# Red Vinyl Hemispheres



## GuitarsCanada (Dec 30, 2005)

Anyone here still have the original red vinyl Hemispheres album? I had mine ripped off years ago. I was going through the stax of wax the other day. Some pretty cool albums still in the collection. I should probably set up my turntable again someday. Blow the dust off it.


----------



## droptop88 (Aug 25, 2006)

Yep, still got it. Many an hour after school spent listening to this and other Rush albums in an altered state.:smile:

Peter


----------



## sysexguy (Mar 5, 2006)

I had a Hemispheres picture disc. The black vinyl sounded better though. Didn't GFR American Band come standard as red vinyl?
I miss all the cool 70's album packaging; Thick as a Brick, School's Out & Billion Dollar Babies, Monty Python's Instant Record Collection:smile:

Andy


----------



## mario (Feb 18, 2006)

I still have my red vinyl copy. Like a previous post mentioned, I too miss those cool limted edition LP pressings.


----------



## NB_Terry (Feb 2, 2006)

How about the silver version of Rock & Roll Machine by Triumph?

It even had the band member's signatures in the run-off grooves.


----------



## GuitarsCanada (Dec 30, 2005)

NB_Terry said:


> How about the silver version of Rock & Roll Machine by Triumph?
> 
> It even had the band member's signatures in the run-off grooves.

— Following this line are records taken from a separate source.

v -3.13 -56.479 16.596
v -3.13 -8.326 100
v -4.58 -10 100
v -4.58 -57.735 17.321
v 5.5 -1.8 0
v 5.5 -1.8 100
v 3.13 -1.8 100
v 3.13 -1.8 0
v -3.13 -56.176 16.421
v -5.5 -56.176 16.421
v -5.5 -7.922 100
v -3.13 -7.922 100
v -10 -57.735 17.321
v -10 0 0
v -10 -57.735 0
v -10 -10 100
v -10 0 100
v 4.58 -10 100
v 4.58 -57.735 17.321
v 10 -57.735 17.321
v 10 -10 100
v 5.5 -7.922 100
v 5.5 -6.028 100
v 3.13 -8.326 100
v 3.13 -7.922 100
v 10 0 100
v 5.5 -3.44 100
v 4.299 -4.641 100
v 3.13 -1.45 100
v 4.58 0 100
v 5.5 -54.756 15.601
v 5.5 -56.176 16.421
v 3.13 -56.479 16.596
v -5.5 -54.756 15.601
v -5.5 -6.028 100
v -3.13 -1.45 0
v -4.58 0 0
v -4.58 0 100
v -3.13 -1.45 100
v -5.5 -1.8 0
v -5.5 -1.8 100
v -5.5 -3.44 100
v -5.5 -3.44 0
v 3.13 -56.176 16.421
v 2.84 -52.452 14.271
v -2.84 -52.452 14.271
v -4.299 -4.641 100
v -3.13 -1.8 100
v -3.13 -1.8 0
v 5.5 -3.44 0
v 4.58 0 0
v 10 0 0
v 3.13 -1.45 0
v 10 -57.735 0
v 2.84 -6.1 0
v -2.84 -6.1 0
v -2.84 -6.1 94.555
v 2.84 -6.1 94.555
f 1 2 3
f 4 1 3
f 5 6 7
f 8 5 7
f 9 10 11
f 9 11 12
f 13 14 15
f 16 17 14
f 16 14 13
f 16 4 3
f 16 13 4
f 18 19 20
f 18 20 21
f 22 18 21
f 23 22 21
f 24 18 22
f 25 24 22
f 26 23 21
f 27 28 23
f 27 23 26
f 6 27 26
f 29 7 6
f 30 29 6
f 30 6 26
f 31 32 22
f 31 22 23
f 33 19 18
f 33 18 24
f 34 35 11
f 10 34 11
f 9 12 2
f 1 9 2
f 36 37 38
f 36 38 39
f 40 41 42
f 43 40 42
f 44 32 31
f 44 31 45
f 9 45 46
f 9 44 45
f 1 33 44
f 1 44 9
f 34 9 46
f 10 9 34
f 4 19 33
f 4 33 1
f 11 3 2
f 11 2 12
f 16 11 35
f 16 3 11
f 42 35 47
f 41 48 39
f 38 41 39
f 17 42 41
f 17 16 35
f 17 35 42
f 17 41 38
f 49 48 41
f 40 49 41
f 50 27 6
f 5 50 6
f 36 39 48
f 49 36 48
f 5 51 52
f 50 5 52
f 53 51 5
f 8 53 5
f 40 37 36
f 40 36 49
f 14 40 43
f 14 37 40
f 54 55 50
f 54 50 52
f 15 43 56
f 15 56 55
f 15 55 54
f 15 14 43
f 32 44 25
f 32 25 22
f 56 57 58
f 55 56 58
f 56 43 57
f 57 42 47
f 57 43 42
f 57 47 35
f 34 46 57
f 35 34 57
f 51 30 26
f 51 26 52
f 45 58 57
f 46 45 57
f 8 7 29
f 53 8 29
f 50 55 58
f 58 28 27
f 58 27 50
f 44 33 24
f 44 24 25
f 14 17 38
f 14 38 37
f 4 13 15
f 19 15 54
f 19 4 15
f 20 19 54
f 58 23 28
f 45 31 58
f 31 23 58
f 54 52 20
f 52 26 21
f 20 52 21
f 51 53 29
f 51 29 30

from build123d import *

# Parameters (mm, degrees)
PROFILE_START                   = -10
PROFILE_EXTRUDE_DEPTH           = 20
TOP_T_NUT_SLOT_CUT_DEPTH        = 122.194199002
FRONT_EDGE_CHAMFER_SIZE         = 10
FRONT_EDGE_CHAMFER_SIZE2        = 20
FRONT_T_NUT_SLOT_CUT_DEPTH      = 127.560696268
FRONT_T_NUT_SLOT_CUT_DEPTH_BACK = 95.470054


with BuildPart() as part:
    # Profile Sketch → Profile Extrude (new body)
    with BuildSketch(Plane(origin=(0, -25.324194998, 100.875319125), x_dir=(0, 1, 0), z_dir=(1, 0, 0)).offset(PROFILE_START)):
        Polygon((-42.410831921, -100.875319125), (15.324194998, -0.875319125), (25.324194998, -0.875319125), (25.324194998, -100.875319125), align=None)
    extrude(amount=PROFILE_EXTRUDE_DEPTH)

    # Top T-Nut Slot Sketch → Top T-Nut Slot Cut (cut, through all)
    with BuildSketch(Plane.XY.offset(100)):
        Polygon((-4.58, 0), (-3.13, -1.45), (-3.13, -1.8), (-5.5, -1.8), (-5.5, -3.44), (-2.84, -6.1), (2.84, -6.1), (5.5, -3.44), (5.5, -1.8), (3.13, -1.8), (3.13, -1.45), (4.58, 0), align=None)
    extrude(amount=-TOP_T_NUT_SLOT_CUT_DEPTH, mode=Mode.SUBTRACT)

    # Front Edge Chamfer
    front_edge_chamfer_edges = [part.edges().sort_by_distance(p)[0] for p in [
        (0, -67.735026919, 0),
    ]]
    front_edge_chamfer_side = [part.faces().sort_by_distance(p)[0] for p in [
        (0, -35.138756164, 0),
    ]]
    chamfer(front_edge_chamfer_edges, length=FRONT_EDGE_CHAMFER_SIZE, length2=FRONT_EDGE_CHAMFER_SIZE2, reference=front_edge_chamfer_side[0])

    # Front T-Nut Slot Sketch → Front T-Nut Slot Cut (cut, two sides: drawn at the far end of the back side and taken through both)
    with BuildSketch(Plane(origin=(20, 44.249147411, 68.679240139), x_dir=(-1, 0, 0), z_dir=(0, 0.5000000000000038, 0.8660254037844364)).offset(-FRONT_T_NUT_SLOT_CUT_DEPTH_BACK)):
        Polygon((15.42, 62.641519722), (16.87, 61.191519722), (16.87, 60.841519722), (14.5, 60.841519722), (14.5, 59.201519722), (17.16, 56.541519722), (22.84, 56.541519722), (25.5, 59.201519722), (25.5, 60.841519722), (23.13, 60.841519722), (23.13, 61.191519722), (24.58, 62.641519722), align=None)
    extrude(amount=FRONT_T_NUT_SLOT_CUT_DEPTH + FRONT_T_NUT_SLOT_CUT_DEPTH_BACK, mode=Mode.SUBTRACT)


solid = part.part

That's one I never knew existed. Very cool.










Triumph 1980 Hamilton Place​


----------



## NB_Terry (Feb 2, 2006)

No picture, but there's one on ebay now.

http://cgi.ebay.com/TRIUMPH-ROCK-&-...temQQimsxZ20081221?IMSfp=TL081221114006r37452

Edit: I found a pic of the record on google.


----------



## fretboard (May 31, 2006)

I've still got my dad's Beatles White Album on white vinyl that he bought the day it was released while he was in University.


----------



## aC2rs (Jul 9, 2007)

I still have my red vinyl copy of Hemispheres, thanks for the reminder, I think I'll give it a spin now.


----------



## zontar (Oct 25, 2007)

I used to have Foghat's Stone Blue in blue vinyl.


----------



## Kenmac (Jan 24, 2007)

fretboard said:


> I've still got my dad's Beatles White Album on white vinyl that he bought the day it was released while he was in University.

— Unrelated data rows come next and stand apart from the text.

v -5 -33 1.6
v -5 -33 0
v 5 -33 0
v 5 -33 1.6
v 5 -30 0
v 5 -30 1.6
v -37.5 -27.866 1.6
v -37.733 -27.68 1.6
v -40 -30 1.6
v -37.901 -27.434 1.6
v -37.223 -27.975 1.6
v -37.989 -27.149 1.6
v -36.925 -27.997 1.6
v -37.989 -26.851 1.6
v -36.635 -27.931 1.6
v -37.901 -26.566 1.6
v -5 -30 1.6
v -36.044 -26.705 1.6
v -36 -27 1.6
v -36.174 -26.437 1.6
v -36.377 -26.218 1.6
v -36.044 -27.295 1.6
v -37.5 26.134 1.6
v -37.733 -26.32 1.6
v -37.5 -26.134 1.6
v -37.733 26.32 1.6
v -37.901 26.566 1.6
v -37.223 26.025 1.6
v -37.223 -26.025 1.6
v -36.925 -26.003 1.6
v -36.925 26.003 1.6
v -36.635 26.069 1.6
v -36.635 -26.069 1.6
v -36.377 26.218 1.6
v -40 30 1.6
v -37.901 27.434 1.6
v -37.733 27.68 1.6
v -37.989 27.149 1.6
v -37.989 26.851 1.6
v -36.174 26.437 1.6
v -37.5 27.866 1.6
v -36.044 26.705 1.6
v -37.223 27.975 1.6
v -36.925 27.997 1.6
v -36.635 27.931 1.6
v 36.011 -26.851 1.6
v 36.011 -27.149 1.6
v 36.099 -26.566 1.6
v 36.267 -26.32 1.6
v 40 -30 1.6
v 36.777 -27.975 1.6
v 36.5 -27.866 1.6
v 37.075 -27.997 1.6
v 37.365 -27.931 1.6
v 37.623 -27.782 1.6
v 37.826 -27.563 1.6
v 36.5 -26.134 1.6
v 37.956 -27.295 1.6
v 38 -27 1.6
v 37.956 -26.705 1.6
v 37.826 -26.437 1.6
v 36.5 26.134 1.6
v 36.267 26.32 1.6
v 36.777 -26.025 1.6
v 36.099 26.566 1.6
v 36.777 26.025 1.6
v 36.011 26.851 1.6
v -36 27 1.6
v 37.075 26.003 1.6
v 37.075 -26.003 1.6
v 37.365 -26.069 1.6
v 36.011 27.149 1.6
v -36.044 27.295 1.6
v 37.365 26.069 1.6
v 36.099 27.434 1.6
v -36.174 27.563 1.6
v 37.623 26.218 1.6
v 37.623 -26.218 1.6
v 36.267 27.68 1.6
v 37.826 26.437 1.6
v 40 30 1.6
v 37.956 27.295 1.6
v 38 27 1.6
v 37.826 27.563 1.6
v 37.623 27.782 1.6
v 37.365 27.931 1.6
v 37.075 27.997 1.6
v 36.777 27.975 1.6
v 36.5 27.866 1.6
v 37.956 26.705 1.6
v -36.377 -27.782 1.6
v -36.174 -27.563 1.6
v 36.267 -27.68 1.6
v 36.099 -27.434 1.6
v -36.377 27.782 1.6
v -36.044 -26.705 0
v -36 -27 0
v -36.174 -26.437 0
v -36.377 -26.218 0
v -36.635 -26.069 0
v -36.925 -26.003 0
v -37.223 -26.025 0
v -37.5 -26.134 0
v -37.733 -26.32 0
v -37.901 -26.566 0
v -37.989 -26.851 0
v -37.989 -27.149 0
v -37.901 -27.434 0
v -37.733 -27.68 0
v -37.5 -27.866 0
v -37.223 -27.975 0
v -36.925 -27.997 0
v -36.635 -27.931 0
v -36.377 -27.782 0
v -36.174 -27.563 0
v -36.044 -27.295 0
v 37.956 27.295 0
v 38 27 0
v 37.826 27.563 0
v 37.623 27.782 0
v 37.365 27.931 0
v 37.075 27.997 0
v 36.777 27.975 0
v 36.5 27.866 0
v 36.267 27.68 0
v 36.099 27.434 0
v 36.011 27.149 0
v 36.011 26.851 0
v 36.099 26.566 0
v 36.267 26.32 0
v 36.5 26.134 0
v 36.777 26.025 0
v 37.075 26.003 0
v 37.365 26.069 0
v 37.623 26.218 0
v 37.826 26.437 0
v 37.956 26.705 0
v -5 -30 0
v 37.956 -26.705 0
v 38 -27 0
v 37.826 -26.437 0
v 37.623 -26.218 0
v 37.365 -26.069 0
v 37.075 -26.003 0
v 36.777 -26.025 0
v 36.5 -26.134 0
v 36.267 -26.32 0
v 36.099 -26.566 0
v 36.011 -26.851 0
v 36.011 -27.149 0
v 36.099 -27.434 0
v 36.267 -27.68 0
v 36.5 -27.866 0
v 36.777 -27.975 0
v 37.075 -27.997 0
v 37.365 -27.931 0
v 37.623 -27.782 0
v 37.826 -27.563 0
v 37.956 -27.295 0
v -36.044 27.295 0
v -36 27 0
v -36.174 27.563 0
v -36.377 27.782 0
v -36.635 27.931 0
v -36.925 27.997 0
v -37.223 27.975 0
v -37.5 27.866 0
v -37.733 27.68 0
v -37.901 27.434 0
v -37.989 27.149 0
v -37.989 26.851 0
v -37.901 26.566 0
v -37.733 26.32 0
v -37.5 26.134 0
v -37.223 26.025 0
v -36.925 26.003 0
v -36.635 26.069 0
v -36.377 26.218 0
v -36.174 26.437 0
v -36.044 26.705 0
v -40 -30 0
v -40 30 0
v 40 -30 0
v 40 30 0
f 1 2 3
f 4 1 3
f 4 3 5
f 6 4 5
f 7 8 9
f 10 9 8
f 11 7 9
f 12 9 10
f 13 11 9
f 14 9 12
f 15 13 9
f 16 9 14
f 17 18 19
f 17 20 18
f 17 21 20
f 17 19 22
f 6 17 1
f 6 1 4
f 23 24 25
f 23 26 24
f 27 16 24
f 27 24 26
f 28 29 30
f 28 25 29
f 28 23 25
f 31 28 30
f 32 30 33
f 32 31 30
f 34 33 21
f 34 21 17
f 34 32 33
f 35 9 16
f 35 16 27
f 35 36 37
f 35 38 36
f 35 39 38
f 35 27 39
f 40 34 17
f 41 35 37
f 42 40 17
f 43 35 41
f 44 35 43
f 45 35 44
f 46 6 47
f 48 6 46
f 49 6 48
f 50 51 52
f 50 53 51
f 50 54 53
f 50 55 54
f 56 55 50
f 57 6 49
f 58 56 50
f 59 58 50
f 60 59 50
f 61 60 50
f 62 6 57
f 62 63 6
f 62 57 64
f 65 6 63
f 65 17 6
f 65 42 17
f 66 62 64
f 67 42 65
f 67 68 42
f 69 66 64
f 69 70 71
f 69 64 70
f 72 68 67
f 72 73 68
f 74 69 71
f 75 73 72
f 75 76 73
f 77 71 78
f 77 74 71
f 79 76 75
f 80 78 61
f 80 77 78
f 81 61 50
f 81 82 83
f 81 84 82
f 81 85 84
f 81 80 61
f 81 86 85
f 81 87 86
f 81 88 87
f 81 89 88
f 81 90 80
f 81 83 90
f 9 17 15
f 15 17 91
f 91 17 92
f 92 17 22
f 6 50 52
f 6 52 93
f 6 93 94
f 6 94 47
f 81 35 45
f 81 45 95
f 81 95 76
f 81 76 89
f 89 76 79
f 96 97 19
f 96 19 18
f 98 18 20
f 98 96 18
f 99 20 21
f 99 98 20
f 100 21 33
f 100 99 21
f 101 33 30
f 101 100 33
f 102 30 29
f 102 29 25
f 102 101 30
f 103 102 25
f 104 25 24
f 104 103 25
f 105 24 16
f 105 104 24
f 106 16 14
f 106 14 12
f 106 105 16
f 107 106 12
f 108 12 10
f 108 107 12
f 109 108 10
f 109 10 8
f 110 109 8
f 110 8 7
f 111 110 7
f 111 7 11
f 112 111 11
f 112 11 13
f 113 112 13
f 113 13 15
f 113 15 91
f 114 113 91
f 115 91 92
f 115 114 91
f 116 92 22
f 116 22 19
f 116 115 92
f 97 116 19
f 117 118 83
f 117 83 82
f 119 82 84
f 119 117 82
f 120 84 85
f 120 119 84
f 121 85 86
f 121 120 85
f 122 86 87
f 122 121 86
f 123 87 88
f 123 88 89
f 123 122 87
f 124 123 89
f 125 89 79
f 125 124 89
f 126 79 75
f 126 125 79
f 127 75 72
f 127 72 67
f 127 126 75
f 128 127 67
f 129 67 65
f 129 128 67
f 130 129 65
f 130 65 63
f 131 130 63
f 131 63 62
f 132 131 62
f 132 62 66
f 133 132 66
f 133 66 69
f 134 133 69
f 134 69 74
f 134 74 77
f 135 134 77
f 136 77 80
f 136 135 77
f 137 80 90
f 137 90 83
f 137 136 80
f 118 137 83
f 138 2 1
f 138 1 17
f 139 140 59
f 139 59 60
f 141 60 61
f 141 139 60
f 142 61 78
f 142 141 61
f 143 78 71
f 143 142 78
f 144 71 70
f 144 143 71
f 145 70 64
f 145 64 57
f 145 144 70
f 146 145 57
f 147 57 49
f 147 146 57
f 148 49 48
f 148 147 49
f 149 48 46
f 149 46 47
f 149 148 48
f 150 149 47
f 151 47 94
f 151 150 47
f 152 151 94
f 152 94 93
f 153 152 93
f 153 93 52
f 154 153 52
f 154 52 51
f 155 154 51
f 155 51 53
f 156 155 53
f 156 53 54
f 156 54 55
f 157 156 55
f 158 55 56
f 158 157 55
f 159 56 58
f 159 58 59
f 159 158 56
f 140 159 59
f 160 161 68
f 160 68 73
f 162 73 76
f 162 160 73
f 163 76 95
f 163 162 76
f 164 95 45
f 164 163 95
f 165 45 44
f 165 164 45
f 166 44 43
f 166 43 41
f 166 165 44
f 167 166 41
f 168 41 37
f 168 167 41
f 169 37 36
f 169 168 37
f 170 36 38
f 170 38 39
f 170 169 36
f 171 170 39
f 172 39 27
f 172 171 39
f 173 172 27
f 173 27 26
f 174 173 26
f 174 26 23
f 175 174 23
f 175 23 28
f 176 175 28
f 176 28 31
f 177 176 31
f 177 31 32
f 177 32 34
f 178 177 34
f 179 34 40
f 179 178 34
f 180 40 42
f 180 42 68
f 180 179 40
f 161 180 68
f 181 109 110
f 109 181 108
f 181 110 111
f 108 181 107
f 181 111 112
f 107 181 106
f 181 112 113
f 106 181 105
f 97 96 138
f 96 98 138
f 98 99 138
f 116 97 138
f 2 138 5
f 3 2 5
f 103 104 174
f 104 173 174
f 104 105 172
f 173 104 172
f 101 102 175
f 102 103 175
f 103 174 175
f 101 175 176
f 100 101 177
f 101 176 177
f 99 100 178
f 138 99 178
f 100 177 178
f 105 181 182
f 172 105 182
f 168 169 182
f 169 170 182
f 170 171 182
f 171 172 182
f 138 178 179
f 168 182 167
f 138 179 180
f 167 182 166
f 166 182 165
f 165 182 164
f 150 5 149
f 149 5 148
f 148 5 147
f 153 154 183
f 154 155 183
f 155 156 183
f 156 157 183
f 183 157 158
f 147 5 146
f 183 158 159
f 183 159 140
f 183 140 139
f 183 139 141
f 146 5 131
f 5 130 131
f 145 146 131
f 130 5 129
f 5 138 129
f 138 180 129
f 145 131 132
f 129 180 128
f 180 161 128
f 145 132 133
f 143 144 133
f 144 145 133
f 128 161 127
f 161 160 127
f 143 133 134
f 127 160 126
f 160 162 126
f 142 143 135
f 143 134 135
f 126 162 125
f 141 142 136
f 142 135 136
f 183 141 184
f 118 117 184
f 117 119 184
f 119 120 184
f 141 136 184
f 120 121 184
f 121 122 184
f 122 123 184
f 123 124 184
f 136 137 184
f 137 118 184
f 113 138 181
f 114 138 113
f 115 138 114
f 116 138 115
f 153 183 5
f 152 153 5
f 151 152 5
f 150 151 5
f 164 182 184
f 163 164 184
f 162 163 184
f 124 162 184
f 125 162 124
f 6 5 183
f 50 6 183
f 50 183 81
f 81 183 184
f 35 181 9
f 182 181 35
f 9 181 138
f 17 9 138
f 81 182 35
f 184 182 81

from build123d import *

# Parameters (mm, degrees)
SKETCH_1_W      = 80
SKETCH_1_H      = 60
SKETCH_1_R      = 1
SKETCH_1_W_2    = 10
SKETCH_1_H_2    = 3
EXTRUDE_1_DEPTH = 1.6


with BuildPart() as part:
    # 草图1 → 凸台-拉伸1 (new body)
    # profile 1 of 2: a face of its own
    with BuildSketch(Plane.XY):
        Rectangle(SKETCH_1_W, SKETCH_1_H)
        with Locations((-37, 27)):
            Circle(SKETCH_1_R, mode=Mode.SUBTRACT)
        with Locations((37, 27)):
            Circle(SKETCH_1_R, mode=Mode.SUBTRACT)
        with Locations((37, -27)):
            Circle(SKETCH_1_R, mode=Mode.SUBTRACT)
        with Locations((-37, -27)):
            Circle(SKETCH_1_R, mode=Mode.SUBTRACT)
    # profile 2 of 2: a face of its own
    with BuildSketch(Plane.XY):
        with Locations((0, -31.5)):
            Rectangle(SKETCH_1_W_2, SKETCH_1_H_2)
    extrude(amount=EXTRUDE_1_DEPTH)


solid = part.part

Cool, I've got a white vinyl version as well.


----------



## Starbuck (Jun 15, 2007)

*Apeaking of RUSH*

kkjwpw But I just picked up Snakes and Arrows live on BD All I can say is....kksjur


----------



## GuitarsCanada (Dec 30, 2005)

Starbuck said:


> kkjwpw But I just picked up Snakes and Arrows live on BD All I can say is....kksjur


Yes, it actually is a pretty good album. Seen the tour twice as well.


----------



## faracaster (Mar 9, 2006)

sysexguy said:


> Didn't GFR American Band come standard as red vinyl?
> I miss all the cool 70's album packaging; Thick as a Brick, School's Out & Billion Dollar Babies, Monty Python's Instant Record Collection:smile:
> 
> Andy



Mine was yellow transparent vinyl. 

Yeah we've gone from bad to worse now that almost no one buys CD's and downloads everything. First off with an LP you had more than a square foot to set a mood visually. Then down to a couple of inches with a CD. Now.....you can "download CD art". Shameful.
What ever happened to those days when you opened the plastic wrapping, threw on the album, spark up a fatty, and let your mind wander listening to the music and looking at the art and reading the LP info. A complete experience.......who needs videos:zzz:


----------



## mario (Feb 18, 2006)

faracaster said:


> Mine was yellow transparent vinyl.
> 
> Yeah we've gone from bad to worse now that almost no one buys CD's and downloads everything. First off with an LP you had more than a square foot to set a mood visually. Then down to a couple of inches with a CD. Now.....you can "download CD art". Shameful.
> What ever happened to those days when you opened the plastic wrapping, threw on the album, spark up a fatty, and let your mind wander listening to the music and looking at the art and reading the LP info. A complete experience.......who needs videos:zzz:


I too have it in transparent yellow and it also had some stickers in it. LOL, I still have the LP and the stickers! I too miss those cool LPs'....and sparking up a fatty!hwopv I think one of the coolest LP packages was "Dark Side of the Moon". It had a couple of posters and stickers inside.


----------



## zontar (Oct 25, 2007)

I remember how disappointing it was to buy an album and not have at least a lyrics sheet or something like that--let alone posters, booklets, stickers or whatever.


----------



## sysexguy (Mar 5, 2006)

School's Out's cover would fold into a little school desk and the album was wrapped with a pair of panties. Thick as a Brick came wrapped in a "newspaper", about 8 pages total all with articles based on the lyrics and content. I miss those days

Andy


----------



## ne1roc (Mar 4, 2006)

Vinyl seems to be making a bit of a come back! I recently purchased AC/DC's Black Ice in vinyl. I was disappointed that it didn't come with some cool poster or band pics inside.


----------



## james on bass (Feb 4, 2006)

I knew a guy in high school that had the red vinyl of Hemispheres. Open up the jacket and all three autographs in black marker. kksjur
He hated Rush, but met them when they stayed at a hotel in London he worked at.


----------



## Red Foreman (Apr 3, 2008)

I had a bunch of them,including the red hemisperes album.A couple of Maiden picture disks(I made my # of the beast one into a badass clock) lol.Remember the Cheech and chong album I think it was Big Bamboo that was made like a giant pack of rolling papers?


----------



## Starbuck (Jun 15, 2007)

faracaster said:


> What ever happened to those days when you opened the plastic wrapping, threw on the album, spark up a fatty, and let your mind wander listening to the music and looking at the art and reading the LP info. A complete experience.......who needs videos:zzz:


We still do that at the cottage sometimes. Our friends who don't know any better donate their albums and we have a tremendous variety. All in excellent shape! Who needs tv?


----------